Das Problem der Lustlosigkeit hängt sehr stark damit zusammen, wie es um dich in deiner ganz persönlichen Lebenssituation bestellt ist. "Deshalb ist es sehr schwierig bis unmöglich, allgemeingültige Ratschläge zur Behebung der sexuellen Unlust zu geben", sagt Prof.

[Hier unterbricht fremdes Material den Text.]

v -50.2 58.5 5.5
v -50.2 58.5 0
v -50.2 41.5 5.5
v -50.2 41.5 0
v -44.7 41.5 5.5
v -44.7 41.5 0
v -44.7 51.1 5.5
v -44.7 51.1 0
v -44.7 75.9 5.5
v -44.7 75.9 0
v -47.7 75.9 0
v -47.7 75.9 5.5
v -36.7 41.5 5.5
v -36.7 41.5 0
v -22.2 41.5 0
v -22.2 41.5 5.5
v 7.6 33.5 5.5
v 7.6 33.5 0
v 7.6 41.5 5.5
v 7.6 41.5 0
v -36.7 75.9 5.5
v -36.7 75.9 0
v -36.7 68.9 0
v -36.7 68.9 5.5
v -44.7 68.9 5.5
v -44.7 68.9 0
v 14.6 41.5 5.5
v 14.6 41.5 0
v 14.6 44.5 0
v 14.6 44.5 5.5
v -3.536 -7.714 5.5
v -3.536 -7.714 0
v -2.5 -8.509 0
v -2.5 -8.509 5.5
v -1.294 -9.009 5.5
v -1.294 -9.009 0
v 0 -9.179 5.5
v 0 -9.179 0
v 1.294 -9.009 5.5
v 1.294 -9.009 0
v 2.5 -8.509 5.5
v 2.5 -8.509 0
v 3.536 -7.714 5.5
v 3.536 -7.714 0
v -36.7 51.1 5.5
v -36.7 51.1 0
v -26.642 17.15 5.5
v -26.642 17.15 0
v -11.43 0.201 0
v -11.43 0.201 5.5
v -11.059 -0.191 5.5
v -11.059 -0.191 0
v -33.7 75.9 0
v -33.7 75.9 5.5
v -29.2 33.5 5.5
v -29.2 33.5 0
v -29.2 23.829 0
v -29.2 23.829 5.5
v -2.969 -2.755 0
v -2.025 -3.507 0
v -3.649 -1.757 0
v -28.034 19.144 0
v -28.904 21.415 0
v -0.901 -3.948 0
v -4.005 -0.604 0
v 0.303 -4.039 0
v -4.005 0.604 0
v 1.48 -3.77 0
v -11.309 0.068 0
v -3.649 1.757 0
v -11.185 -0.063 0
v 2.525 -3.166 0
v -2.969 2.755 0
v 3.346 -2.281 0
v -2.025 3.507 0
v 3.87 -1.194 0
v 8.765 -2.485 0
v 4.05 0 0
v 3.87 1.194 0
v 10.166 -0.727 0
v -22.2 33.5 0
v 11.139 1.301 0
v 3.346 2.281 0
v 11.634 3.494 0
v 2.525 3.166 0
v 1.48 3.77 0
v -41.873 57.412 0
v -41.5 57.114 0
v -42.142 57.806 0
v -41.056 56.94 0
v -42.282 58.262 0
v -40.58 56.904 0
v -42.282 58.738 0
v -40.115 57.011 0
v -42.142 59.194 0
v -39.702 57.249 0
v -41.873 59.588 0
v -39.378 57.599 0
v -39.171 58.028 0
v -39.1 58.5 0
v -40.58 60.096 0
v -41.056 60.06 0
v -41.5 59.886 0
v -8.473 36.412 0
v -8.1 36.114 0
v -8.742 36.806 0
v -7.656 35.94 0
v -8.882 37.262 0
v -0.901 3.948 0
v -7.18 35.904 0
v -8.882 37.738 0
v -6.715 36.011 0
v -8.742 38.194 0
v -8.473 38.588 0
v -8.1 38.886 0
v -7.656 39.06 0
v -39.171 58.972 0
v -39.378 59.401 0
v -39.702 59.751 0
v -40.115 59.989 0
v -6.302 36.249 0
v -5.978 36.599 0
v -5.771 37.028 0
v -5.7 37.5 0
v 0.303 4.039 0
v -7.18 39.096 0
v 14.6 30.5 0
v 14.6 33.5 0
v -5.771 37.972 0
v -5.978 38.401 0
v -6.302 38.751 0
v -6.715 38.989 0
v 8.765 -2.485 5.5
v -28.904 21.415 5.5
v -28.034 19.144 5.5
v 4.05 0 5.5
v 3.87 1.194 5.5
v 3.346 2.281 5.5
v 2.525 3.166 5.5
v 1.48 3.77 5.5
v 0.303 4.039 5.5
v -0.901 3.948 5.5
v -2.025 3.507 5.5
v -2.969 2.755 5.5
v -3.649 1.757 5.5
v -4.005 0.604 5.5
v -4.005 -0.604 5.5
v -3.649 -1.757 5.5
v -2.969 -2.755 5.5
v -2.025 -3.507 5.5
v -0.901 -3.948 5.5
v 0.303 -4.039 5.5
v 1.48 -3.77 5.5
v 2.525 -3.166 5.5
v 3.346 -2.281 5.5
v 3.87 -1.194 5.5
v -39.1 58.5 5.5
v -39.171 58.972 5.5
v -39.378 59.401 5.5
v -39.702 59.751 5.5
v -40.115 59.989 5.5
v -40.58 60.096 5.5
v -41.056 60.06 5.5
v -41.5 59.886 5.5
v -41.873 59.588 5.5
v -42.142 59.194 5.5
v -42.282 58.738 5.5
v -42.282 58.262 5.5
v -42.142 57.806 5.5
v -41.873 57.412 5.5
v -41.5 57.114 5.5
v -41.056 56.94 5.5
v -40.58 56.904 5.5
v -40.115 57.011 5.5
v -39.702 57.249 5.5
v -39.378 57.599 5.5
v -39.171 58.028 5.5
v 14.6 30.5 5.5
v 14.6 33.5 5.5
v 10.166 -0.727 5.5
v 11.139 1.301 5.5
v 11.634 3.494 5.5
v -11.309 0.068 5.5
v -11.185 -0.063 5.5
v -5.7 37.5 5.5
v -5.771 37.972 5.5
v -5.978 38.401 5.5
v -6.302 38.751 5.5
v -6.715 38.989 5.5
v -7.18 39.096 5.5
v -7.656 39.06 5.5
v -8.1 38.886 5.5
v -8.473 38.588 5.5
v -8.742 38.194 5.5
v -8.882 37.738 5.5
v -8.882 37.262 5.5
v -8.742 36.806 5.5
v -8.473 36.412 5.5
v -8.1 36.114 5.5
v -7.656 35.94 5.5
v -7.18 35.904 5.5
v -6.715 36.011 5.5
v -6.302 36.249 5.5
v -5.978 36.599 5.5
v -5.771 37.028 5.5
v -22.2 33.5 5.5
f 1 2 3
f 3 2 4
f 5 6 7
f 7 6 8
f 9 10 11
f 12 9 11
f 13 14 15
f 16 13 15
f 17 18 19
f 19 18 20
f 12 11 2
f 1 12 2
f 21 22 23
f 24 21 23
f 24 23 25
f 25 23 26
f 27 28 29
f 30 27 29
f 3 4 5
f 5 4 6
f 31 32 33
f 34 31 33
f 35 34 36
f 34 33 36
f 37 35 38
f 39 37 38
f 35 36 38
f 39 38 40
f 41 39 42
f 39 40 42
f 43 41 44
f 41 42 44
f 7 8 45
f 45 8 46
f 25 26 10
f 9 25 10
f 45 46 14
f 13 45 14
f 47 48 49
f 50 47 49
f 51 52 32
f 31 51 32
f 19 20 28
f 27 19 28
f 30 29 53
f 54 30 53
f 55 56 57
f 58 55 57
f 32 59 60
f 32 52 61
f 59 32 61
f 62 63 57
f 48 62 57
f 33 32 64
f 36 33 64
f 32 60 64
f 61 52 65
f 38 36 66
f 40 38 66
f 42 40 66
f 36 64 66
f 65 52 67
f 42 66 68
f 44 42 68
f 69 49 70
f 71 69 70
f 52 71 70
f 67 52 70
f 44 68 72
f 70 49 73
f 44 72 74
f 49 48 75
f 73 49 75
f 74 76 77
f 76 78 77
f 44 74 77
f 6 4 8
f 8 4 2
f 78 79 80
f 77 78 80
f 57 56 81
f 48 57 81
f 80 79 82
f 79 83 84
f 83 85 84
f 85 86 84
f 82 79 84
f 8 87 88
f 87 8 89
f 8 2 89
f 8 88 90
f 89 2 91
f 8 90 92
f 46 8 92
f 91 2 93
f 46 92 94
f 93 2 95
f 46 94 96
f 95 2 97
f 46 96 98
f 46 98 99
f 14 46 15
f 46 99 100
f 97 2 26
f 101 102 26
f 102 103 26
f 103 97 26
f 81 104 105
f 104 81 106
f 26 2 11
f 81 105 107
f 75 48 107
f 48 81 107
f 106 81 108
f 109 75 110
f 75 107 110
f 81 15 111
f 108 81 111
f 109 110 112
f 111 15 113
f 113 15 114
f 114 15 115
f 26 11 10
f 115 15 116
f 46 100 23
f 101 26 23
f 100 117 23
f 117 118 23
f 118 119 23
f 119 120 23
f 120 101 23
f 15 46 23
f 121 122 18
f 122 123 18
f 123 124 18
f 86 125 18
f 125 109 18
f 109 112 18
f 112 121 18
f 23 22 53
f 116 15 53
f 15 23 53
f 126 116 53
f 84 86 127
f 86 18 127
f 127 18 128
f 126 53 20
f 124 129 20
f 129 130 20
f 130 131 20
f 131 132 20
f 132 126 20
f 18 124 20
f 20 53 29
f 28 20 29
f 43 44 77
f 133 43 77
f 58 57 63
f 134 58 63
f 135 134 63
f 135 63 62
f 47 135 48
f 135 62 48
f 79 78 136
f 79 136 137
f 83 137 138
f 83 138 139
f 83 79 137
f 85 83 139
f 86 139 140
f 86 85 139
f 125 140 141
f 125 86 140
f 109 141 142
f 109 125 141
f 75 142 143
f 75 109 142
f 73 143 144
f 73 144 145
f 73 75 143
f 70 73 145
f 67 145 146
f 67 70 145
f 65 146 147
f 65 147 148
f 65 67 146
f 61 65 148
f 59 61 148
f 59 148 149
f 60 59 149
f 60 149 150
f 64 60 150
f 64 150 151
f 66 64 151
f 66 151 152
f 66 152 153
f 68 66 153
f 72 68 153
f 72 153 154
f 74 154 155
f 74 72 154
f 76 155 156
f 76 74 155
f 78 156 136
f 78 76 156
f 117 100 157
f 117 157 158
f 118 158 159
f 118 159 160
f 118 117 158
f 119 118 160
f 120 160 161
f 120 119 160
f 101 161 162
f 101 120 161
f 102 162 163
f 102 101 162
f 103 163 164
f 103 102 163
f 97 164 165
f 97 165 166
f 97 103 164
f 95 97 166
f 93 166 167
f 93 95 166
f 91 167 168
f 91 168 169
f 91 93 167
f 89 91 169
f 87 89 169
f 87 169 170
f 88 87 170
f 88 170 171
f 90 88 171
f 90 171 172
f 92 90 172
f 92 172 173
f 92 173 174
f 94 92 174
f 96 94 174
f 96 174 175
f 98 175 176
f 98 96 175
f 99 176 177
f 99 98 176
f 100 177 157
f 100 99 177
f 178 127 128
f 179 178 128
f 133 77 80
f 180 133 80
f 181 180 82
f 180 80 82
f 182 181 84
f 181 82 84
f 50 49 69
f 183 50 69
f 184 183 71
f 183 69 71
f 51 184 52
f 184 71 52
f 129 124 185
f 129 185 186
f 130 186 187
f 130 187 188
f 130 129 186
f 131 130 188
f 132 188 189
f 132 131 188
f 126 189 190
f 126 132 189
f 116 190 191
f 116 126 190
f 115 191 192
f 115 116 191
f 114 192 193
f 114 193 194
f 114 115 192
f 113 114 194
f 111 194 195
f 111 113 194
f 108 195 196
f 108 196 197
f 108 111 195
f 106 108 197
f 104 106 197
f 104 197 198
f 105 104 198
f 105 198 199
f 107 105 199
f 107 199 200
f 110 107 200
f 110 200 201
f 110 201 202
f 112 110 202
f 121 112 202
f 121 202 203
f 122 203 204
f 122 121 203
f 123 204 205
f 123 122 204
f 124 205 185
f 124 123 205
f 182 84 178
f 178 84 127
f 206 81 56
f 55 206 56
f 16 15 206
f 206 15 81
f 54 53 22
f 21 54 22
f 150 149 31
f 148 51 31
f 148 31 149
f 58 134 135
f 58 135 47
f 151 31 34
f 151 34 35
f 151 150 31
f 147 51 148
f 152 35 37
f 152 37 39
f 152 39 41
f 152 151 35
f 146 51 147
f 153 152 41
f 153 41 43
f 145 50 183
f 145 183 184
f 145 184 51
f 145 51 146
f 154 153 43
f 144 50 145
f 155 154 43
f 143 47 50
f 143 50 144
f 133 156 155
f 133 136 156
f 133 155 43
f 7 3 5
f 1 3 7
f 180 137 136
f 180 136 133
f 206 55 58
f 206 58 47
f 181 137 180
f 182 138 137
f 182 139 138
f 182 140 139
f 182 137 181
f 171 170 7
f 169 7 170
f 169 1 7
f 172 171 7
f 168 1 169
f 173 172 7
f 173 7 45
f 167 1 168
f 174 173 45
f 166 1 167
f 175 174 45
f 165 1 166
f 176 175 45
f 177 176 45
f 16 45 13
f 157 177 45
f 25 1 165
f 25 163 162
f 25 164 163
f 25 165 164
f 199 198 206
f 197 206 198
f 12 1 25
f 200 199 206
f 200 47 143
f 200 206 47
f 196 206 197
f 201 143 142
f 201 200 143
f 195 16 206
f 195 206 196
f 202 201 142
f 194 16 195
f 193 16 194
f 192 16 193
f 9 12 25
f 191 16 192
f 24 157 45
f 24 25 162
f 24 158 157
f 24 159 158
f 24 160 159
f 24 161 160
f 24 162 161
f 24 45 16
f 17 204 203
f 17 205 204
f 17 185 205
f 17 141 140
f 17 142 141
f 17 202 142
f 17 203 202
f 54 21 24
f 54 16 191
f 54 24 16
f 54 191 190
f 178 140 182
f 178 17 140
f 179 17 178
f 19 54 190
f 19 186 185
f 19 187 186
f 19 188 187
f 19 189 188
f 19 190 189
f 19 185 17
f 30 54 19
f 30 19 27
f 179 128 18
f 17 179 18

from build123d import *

# Parameters (mm, degrees)
F0_R     = 4.05
F0_R_2   = 1.6
F1_DEPTH = 5.5


with BuildPart() as f1:
    # F0 (on Top) → F1 (new body)
    with BuildSketch(Plane.XY):
        with BuildLine():
            Line((-22.2, 41.5), (-22.2, 37.5))
            Line((-22.2, 37.5), (-22.2, 33.5))
            Line((-22.2, 33.5), (-29.2, 33.5))
            Line((-29.2, 33.5), (-29.2, 23.829429))
            ThreePointArc((-29.2, 23.829429), (-28.538679, 20.253248), (-26.642186, 17.150068))
            Line((-26.642186, 17.150068), (-11.430273, 0.200861))
            ThreePointArc((-11.430273, 0.200861), (-11.247357, 0.002505), (-11.059155, -0.190845))
            Line((-11.059155, -0.190845), (-3.535534, -7.714466))
            ThreePointArc((-3.535534, -7.714466), (0, -9.178932), (3.535534, -7.714466))
            Line((3.535534, -7.714466), (8.764601, -2.485399))
            ThreePointArc((8.764601, -2.485399), (10.709292, 0.259459), (11.633753, 3.493874))
            Line((11.633753, 3.493874), (14.6, 30.5))
            Line((14.6, 30.5), (14.6, 33.5))
            Line((14.6, 33.5), (7.6, 33.5))
            Line((7.6, 33.5), (7.6, 37.5))
            Line((7.6, 37.5), (7.6, 41.5))
            Line((7.6, 41.5), (14.6, 41.5))
            Line((14.6, 41.5), (14.6, 44.5))
            Line((14.6, 44.5), (-33.7, 75.9))
            Line((-33.7, 75.9), (-36.7, 75.9))
            Line((-36.7, 75.9), (-36.7, 68.9))
            Line((-36.7, 68.9), (-40.7, 68.9))
            Line((-40.7, 68.9), (-44.7, 68.9))
            Line((-44.7, 68.9), (-44.7, 75.9))
            Line((-44.7, 75.9), (-47.7, 75.9))
            Line((-47.7, 75.9), (-50.2, 58.5))
            Line((-50.2, 58.5), (-50.2, 41.5))
            Line((-50.2, 41.5), (-44.7, 41.5))
            Line((-44.7, 41.5), (-44.7, 51.1))
            Line((-44.7, 51.1), (-40.7, 51.1))
            Line((-40.7, 51.1), (-36.7, 51.1))
            Line((-36.7, 51.1), (-36.7, 41.5))
            Line((-36.7, 41.5), (-22.2, 41.5))
        make_face()
        Circle(F0_R, mode=Mode.SUBTRACT)
        with Locations((-40.7, 58.5)):
            Circle(F0_R_2, mode=Mode.SUBTRACT)
        with Locations((-7.3, 37.5)):
            Circle(F0_R_2, mode=Mode.SUBTRACT)
    extrude(amount=F1_DEPTH)


solid = f1.part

Dr. Beate Schultz-Zehden. "Eine individuelle Beratung ist dabei dringend notwendig - aber die Frauen müssen sich auch trauen, mit ihrem Arzt und letzten Endes auch ihrem Mann offen darüber zu sprechen." Sich selbst genauestens unter die Lupe zu nehmen ist deshalb unverzichtbar, genauso wie euren Beziehungsalltag. Was Beschwerden wie generelle Niedergeschlagenheit und eine trockene Vagina betrifft, können homöopathische Mittel, eine bewusste Ernährung, sportliche Übungen wie Hormon-Yoga oder auch Hormonpräparate deine Lust steigern. So kommst du einer zufriedenstellenden Libido einen großen Schritt näher.